(TASK DIRECTIONS)
Below are the records. Retype exactly the lines between the lines holding "#127=EDGE_CURVE('',#58,#125,#126,.T.);" and "#188=AXIS2_PLACEMENT_3D('',#187,#25,#26);", inclusive.

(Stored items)
-*-

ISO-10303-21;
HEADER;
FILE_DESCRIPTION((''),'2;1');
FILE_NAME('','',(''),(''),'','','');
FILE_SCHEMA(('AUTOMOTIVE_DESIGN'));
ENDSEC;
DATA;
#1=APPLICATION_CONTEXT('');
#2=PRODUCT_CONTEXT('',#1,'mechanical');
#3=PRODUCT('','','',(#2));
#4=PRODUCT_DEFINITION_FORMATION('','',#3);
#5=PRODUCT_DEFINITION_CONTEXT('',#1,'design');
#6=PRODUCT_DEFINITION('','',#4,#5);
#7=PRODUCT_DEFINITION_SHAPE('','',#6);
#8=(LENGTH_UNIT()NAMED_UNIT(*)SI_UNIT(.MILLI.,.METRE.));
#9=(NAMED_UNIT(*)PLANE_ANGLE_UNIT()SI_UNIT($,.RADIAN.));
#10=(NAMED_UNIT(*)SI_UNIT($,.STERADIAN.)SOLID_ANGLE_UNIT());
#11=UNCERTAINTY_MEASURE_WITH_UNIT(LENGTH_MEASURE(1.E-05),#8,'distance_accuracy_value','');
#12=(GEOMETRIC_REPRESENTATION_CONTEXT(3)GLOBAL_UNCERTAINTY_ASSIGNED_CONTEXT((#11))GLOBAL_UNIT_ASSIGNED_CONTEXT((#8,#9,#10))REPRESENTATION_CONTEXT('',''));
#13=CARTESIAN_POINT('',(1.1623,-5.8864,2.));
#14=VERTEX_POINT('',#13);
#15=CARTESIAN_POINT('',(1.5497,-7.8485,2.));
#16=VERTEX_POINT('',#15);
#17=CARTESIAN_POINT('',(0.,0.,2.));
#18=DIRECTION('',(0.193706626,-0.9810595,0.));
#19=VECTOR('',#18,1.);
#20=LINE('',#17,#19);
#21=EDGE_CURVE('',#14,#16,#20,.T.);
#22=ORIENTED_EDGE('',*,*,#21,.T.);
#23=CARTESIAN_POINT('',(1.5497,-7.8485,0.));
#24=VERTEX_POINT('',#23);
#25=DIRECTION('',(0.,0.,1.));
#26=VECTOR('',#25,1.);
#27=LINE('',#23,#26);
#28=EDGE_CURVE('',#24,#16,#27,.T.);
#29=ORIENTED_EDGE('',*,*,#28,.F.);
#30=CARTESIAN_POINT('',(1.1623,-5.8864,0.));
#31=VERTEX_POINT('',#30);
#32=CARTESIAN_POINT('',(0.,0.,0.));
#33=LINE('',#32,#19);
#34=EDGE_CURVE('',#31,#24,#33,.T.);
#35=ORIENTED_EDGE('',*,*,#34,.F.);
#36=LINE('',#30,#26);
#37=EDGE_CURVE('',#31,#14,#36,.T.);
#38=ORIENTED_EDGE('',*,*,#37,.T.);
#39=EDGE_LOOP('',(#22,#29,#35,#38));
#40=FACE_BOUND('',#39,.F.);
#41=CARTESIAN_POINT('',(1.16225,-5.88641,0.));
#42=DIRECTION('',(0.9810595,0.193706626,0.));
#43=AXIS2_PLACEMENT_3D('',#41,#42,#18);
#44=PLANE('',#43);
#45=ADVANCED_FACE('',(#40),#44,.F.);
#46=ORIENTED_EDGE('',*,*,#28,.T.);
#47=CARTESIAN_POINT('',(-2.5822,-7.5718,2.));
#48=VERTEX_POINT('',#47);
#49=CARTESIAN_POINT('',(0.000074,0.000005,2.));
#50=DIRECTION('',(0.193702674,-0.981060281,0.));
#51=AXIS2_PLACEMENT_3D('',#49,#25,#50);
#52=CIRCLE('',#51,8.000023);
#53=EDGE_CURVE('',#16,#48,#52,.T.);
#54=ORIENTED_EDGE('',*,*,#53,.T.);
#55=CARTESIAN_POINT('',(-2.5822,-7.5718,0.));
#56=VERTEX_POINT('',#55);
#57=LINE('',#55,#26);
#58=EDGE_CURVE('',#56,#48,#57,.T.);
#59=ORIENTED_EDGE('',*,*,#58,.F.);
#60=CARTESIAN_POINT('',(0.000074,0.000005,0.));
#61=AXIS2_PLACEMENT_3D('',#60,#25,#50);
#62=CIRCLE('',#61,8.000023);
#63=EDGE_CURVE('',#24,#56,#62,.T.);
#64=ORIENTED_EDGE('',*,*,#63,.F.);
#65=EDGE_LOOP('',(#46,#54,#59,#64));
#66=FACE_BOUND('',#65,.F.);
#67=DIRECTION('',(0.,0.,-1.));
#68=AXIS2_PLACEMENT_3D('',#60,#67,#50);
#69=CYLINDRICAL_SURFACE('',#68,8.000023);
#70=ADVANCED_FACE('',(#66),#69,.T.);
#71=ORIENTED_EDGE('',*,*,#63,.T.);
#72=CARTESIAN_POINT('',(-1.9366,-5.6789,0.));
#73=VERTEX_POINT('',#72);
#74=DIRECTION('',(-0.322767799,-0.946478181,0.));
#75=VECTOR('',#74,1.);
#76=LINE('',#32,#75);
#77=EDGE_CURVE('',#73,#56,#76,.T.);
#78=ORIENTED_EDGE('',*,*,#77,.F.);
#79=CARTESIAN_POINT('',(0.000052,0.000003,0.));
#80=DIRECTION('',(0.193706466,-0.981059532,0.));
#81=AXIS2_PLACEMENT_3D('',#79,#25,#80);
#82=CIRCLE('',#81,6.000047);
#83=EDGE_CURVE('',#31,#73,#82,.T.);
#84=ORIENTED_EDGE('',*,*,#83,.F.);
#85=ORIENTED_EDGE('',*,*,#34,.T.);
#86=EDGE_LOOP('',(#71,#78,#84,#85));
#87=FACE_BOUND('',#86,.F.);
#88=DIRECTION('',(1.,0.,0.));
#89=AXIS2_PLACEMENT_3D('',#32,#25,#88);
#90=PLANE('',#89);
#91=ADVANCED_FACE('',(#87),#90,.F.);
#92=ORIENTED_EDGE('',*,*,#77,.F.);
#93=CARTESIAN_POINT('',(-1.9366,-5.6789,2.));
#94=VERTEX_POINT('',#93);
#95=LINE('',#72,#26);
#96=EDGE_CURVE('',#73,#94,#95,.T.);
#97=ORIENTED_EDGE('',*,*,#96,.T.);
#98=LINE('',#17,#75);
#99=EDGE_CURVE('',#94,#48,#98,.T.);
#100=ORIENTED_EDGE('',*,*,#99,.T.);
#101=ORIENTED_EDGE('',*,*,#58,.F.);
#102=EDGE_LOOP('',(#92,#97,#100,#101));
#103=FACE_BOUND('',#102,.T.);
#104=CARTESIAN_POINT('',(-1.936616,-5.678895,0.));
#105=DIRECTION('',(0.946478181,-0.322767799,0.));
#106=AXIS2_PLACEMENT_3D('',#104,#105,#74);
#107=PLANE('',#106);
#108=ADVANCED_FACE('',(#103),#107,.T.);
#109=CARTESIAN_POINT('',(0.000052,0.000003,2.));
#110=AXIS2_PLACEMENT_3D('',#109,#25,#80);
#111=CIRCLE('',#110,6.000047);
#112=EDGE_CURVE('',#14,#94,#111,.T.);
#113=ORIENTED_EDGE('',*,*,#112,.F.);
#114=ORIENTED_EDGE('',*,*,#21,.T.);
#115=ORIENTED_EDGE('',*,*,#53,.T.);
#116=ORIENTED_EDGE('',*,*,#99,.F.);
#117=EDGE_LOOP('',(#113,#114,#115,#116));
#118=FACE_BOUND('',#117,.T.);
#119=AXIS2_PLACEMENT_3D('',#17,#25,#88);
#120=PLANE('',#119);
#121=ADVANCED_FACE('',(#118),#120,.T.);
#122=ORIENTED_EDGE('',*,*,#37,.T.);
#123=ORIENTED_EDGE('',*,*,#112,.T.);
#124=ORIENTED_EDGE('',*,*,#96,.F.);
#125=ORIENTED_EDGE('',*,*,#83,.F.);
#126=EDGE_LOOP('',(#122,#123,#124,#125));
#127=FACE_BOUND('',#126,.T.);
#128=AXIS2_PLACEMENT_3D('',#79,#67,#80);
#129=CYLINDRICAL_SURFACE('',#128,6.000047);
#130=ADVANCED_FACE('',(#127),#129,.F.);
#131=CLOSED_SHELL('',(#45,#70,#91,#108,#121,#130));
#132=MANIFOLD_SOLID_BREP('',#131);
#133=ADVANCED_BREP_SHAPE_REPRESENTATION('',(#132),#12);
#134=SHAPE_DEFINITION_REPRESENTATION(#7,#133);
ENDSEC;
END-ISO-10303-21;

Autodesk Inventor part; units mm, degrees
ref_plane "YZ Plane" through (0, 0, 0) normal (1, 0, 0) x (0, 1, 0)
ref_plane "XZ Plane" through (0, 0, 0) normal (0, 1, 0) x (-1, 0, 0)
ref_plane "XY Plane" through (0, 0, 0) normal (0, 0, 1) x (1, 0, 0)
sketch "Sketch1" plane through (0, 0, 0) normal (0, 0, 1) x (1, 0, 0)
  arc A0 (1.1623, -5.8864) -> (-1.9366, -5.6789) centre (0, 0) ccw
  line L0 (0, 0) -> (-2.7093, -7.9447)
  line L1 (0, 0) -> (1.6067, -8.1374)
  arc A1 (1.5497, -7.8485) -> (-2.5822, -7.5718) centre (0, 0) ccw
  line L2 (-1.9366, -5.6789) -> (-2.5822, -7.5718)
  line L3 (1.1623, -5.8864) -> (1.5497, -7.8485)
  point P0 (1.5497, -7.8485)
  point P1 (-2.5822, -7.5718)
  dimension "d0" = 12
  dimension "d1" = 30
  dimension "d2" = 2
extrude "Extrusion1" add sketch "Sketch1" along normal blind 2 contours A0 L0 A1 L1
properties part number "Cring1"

-*-

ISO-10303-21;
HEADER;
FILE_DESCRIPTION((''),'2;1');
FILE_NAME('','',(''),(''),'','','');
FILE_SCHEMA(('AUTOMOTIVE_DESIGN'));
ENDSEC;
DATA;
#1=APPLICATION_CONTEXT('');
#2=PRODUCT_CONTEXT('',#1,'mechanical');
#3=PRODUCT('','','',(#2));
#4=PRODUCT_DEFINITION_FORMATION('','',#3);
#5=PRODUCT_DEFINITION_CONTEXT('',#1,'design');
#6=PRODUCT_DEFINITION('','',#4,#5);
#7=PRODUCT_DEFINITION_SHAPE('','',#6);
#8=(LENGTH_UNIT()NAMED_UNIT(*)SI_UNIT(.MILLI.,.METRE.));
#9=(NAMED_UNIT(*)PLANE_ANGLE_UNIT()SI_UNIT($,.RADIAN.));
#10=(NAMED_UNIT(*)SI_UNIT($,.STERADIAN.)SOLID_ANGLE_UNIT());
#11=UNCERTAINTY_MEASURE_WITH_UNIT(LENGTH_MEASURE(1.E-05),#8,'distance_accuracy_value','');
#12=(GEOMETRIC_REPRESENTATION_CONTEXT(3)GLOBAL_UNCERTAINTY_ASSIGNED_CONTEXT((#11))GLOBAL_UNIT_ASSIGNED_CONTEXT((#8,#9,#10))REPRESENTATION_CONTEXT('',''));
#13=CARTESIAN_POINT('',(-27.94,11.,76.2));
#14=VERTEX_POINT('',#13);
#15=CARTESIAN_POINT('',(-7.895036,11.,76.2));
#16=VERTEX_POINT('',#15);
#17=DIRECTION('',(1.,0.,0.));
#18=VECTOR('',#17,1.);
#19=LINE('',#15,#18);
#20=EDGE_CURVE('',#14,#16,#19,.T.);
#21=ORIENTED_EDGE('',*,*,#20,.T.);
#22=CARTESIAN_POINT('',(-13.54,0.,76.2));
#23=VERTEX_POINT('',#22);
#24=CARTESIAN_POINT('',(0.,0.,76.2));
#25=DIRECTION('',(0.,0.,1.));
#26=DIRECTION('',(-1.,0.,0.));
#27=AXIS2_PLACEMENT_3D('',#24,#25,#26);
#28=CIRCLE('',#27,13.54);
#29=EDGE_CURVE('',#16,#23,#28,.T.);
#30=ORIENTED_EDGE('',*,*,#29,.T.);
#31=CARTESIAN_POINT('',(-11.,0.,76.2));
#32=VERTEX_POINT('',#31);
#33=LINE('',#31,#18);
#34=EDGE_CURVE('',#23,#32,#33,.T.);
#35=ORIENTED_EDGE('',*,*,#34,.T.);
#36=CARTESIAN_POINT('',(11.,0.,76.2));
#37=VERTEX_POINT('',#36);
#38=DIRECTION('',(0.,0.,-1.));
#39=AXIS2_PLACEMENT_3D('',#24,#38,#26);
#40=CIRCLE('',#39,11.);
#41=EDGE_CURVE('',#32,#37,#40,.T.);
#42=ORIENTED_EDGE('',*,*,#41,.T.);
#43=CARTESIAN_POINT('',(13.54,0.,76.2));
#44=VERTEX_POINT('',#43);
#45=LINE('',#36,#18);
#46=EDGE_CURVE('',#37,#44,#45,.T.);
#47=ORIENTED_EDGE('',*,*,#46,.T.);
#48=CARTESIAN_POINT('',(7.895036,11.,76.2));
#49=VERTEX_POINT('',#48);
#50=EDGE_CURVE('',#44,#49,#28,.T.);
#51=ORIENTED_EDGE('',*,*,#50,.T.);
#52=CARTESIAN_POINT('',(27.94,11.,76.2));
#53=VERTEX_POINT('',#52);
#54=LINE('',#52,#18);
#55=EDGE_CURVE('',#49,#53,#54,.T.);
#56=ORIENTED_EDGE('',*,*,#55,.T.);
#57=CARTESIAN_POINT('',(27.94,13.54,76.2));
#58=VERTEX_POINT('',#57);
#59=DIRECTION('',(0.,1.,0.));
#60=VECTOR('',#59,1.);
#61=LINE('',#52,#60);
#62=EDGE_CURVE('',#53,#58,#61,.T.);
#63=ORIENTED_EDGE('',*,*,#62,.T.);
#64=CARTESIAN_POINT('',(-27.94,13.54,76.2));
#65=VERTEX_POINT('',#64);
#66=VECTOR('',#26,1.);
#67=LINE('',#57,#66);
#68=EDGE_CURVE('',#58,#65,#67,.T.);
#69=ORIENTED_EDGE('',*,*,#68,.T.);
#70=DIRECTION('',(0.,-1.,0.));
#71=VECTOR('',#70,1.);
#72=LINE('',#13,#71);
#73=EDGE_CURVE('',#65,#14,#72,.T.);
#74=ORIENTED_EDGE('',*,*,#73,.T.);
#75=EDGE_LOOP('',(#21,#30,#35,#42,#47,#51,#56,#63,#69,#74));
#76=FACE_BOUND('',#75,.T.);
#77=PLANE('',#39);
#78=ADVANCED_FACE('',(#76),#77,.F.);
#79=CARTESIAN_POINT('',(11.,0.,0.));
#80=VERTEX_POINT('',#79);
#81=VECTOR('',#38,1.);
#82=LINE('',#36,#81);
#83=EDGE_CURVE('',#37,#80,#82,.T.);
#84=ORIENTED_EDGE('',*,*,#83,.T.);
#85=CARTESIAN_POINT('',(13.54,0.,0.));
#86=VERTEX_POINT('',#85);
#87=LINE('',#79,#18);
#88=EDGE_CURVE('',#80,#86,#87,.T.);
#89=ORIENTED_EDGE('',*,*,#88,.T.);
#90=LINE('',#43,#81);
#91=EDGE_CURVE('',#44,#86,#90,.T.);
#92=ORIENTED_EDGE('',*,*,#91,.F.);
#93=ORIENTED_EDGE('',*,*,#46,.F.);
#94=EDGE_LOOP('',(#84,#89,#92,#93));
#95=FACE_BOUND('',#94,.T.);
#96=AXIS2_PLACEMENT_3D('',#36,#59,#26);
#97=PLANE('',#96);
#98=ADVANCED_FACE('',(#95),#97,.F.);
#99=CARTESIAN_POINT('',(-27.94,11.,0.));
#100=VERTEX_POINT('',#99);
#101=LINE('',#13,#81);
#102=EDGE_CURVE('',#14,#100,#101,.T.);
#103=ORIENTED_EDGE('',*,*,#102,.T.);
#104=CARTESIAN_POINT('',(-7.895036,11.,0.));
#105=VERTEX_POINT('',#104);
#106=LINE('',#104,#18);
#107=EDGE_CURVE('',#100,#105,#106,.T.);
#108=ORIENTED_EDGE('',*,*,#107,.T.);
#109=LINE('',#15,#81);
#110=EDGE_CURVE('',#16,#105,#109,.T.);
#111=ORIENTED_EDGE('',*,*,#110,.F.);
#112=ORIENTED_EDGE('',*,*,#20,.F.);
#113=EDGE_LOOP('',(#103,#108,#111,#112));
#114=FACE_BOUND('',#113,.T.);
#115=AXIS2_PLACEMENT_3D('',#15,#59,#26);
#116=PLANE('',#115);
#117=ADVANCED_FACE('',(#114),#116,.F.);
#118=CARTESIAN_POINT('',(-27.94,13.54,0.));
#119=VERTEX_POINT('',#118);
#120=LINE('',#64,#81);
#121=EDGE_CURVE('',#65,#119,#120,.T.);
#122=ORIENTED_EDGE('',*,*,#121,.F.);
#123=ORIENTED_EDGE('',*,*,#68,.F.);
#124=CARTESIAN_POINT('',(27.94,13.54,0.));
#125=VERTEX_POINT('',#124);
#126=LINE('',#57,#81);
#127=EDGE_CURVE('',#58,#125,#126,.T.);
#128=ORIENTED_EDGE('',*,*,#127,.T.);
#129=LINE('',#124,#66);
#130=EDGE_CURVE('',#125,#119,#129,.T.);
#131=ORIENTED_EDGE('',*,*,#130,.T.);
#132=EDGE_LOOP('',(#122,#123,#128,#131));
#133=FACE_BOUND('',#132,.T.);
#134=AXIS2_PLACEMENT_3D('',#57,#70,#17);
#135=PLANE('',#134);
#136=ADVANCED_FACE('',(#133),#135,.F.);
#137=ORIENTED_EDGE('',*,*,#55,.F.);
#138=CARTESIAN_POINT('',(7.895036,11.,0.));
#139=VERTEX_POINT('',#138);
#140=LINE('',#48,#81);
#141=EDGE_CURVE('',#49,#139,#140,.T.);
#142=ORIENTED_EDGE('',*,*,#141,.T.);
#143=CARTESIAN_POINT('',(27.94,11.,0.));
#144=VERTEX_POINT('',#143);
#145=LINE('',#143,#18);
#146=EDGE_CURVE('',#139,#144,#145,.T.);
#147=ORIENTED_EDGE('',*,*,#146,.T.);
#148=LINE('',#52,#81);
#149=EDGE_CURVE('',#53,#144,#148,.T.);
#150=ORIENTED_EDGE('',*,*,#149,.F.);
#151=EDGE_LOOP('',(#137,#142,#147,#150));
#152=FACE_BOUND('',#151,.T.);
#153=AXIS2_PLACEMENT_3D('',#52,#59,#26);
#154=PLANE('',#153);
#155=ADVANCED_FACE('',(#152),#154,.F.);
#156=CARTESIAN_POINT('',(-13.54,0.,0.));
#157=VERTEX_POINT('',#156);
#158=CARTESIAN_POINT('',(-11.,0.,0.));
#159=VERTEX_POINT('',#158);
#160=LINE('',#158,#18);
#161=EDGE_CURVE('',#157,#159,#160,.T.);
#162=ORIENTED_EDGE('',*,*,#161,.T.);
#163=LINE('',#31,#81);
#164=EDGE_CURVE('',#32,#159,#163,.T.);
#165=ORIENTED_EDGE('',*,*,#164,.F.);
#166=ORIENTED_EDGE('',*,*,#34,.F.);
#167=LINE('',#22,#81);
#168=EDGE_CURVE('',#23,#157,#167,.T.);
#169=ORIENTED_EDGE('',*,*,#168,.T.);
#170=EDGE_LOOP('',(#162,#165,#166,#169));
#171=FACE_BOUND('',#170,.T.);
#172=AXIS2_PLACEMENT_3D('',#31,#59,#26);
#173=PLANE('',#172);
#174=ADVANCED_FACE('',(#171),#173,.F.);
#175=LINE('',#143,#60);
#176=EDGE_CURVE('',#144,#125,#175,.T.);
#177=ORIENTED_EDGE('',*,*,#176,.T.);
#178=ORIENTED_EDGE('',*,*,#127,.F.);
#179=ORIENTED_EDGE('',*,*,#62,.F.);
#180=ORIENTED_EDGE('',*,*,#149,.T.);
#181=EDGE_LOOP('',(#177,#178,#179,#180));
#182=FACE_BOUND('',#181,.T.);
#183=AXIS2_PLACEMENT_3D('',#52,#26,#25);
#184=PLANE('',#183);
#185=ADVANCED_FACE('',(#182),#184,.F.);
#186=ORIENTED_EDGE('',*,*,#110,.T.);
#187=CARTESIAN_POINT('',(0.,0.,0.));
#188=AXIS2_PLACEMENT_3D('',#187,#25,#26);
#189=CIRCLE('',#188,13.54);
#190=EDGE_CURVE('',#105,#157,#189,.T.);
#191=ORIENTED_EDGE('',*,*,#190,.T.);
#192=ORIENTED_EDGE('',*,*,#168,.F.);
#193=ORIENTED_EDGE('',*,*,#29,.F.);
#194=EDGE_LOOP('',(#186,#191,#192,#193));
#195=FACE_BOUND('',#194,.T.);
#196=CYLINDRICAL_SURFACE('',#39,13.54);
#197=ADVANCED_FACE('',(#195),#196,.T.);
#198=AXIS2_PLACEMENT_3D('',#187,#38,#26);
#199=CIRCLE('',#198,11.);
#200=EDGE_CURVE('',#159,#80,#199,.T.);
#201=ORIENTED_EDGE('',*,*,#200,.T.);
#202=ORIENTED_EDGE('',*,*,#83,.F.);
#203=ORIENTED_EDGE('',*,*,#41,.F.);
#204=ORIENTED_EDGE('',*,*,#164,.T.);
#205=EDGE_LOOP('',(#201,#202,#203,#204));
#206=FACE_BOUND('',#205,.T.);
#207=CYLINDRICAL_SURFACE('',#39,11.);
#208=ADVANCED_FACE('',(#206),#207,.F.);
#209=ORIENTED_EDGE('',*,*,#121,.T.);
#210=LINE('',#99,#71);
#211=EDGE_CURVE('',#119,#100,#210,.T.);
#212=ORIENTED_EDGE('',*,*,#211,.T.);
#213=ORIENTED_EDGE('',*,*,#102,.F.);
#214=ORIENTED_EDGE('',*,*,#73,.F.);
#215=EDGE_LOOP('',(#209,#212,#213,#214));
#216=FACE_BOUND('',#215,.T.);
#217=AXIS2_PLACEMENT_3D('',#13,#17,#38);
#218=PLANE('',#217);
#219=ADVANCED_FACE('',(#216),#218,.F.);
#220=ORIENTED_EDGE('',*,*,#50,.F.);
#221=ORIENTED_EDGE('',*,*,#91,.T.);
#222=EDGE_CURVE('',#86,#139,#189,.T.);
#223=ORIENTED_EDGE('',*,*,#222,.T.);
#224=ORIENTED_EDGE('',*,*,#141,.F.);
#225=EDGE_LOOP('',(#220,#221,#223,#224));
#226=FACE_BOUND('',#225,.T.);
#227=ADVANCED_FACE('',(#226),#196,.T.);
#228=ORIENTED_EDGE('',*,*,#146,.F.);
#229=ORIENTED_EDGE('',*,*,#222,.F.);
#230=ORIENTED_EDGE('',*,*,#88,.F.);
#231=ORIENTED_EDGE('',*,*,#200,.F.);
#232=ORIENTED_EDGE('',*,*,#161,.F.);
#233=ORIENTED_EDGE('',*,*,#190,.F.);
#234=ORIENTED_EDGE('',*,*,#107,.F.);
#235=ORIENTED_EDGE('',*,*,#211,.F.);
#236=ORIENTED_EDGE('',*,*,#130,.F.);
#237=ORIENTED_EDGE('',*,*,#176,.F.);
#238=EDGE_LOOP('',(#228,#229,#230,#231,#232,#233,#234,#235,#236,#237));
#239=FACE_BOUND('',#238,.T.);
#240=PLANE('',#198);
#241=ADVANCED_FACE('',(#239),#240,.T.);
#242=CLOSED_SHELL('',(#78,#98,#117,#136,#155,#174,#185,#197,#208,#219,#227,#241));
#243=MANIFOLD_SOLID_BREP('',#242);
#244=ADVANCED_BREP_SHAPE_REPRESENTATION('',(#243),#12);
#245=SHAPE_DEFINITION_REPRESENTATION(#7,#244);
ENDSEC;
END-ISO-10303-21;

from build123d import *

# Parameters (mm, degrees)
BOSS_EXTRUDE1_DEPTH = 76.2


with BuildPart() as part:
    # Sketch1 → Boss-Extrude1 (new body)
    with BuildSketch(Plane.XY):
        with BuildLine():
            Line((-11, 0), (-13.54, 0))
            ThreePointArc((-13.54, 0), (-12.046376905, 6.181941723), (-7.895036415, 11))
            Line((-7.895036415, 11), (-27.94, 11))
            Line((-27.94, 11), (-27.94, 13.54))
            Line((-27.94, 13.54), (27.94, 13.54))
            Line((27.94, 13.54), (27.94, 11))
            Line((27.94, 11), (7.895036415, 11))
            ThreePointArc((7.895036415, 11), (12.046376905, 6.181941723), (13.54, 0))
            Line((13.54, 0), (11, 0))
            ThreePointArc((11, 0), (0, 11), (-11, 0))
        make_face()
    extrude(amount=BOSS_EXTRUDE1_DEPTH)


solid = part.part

-*-

(REPLY TO THE EXERCISE)
#127=EDGE_CURVE('',#58,#125,#126,.T.);
#128=ORIENTED_EDGE('',*,*,#127,.T.);
#129=LINE('',#124,#66);
#130=EDGE_CURVE('',#125,#119,#129,.T.);
#131=ORIENTED_EDGE('',*,*,#130,.T.);
#132=EDGE_LOOP('',(#122,#123,#128,#131));
#133=FACE_BOUND('',#132,.T.);
#134=AXIS2_PLACEMENT_3D('',#57,#70,#17);
#135=PLANE('',#134);
#136=ADVANCED_FACE('',(#133),#135,.F.);
#137=ORIENTED_EDGE('',*,*,#55,.F.);
#138=CARTESIAN_POINT('',(7.895036,11.,0.));
#139=VERTEX_POINT('',#138);
#140=LINE('',#48,#81);
#141=EDGE_CURVE('',#49,#139,#140,.T.);
#142=ORIENTED_EDGE('',*,*,#141,.T.);
#143=CARTESIAN_POINT('',(27.94,11.,0.));
#144=VERTEX_POINT('',#143);
#145=LINE('',#143,#18);
#146=EDGE_CURVE('',#139,#144,#145,.T.);
#147=ORIENTED_EDGE('',*,*,#146,.T.);
#148=LINE('',#52,#81);
#149=EDGE_CURVE('',#53,#144,#148,.T.);
#150=ORIENTED_EDGE('',*,*,#149,.F.);
#151=EDGE_LOOP('',(#137,#142,#147,#150));
#152=FACE_BOUND('',#151,.T.);
#153=AXIS2_PLACEMENT_3D('',#52,#59,#26);
#154=PLANE('',#153);
#155=ADVANCED_FACE('',(#152),#154,.F.);
#156=CARTESIAN_POINT('',(-13.54,0.,0.));
#157=VERTEX_POINT('',#156);
#158=CARTESIAN_POINT('',(-11.,0.,0.));
#159=VERTEX_POINT('',#158);
#160=LINE('',#158,#18);
#161=EDGE_CURVE('',#157,#159,#160,.T.);
#162=ORIENTED_EDGE('',*,*,#161,.T.);
#163=LINE('',#31,#81);
#164=EDGE_CURVE('',#32,#159,#163,.T.);
#165=ORIENTED_EDGE('',*,*,#164,.F.);
#166=ORIENTED_EDGE('',*,*,#34,.F.);
#167=LINE('',#22,#81);
#168=EDGE_CURVE('',#23,#157,#167,.T.);
#169=ORIENTED_EDGE('',*,*,#168,.T.);
#170=EDGE_LOOP('',(#162,#165,#166,#169));
#171=FACE_BOUND('',#170,.T.);
#172=AXIS2_PLACEMENT_3D('',#31,#59,#26);
#173=PLANE('',#172);
#174=ADVANCED_FACE('',(#171),#173,.F.);
#175=LINE('',#143,#60);
#176=EDGE_CURVE('',#144,#125,#175,.T.);
#177=ORIENTED_EDGE('',*,*,#176,.T.);
#178=ORIENTED_EDGE('',*,*,#127,.F.);
#179=ORIENTED_EDGE('',*,*,#62,.F.);
#180=ORIENTED_EDGE('',*,*,#149,.T.);
#181=EDGE_LOOP('',(#177,#178,#179,#180));
#182=FACE_BOUND('',#181,.T.);
#183=AXIS2_PLACEMENT_3D('',#52,#26,#25);
#184=PLANE('',#183);
#185=ADVANCED_FACE('',(#182),#184,.F.);
#186=ORIENTED_EDGE('',*,*,#110,.T.);
#187=CARTESIAN_POINT('',(0.,0.,0.));
#188=AXIS2_PLACEMENT_3D('',#187,#25,#26);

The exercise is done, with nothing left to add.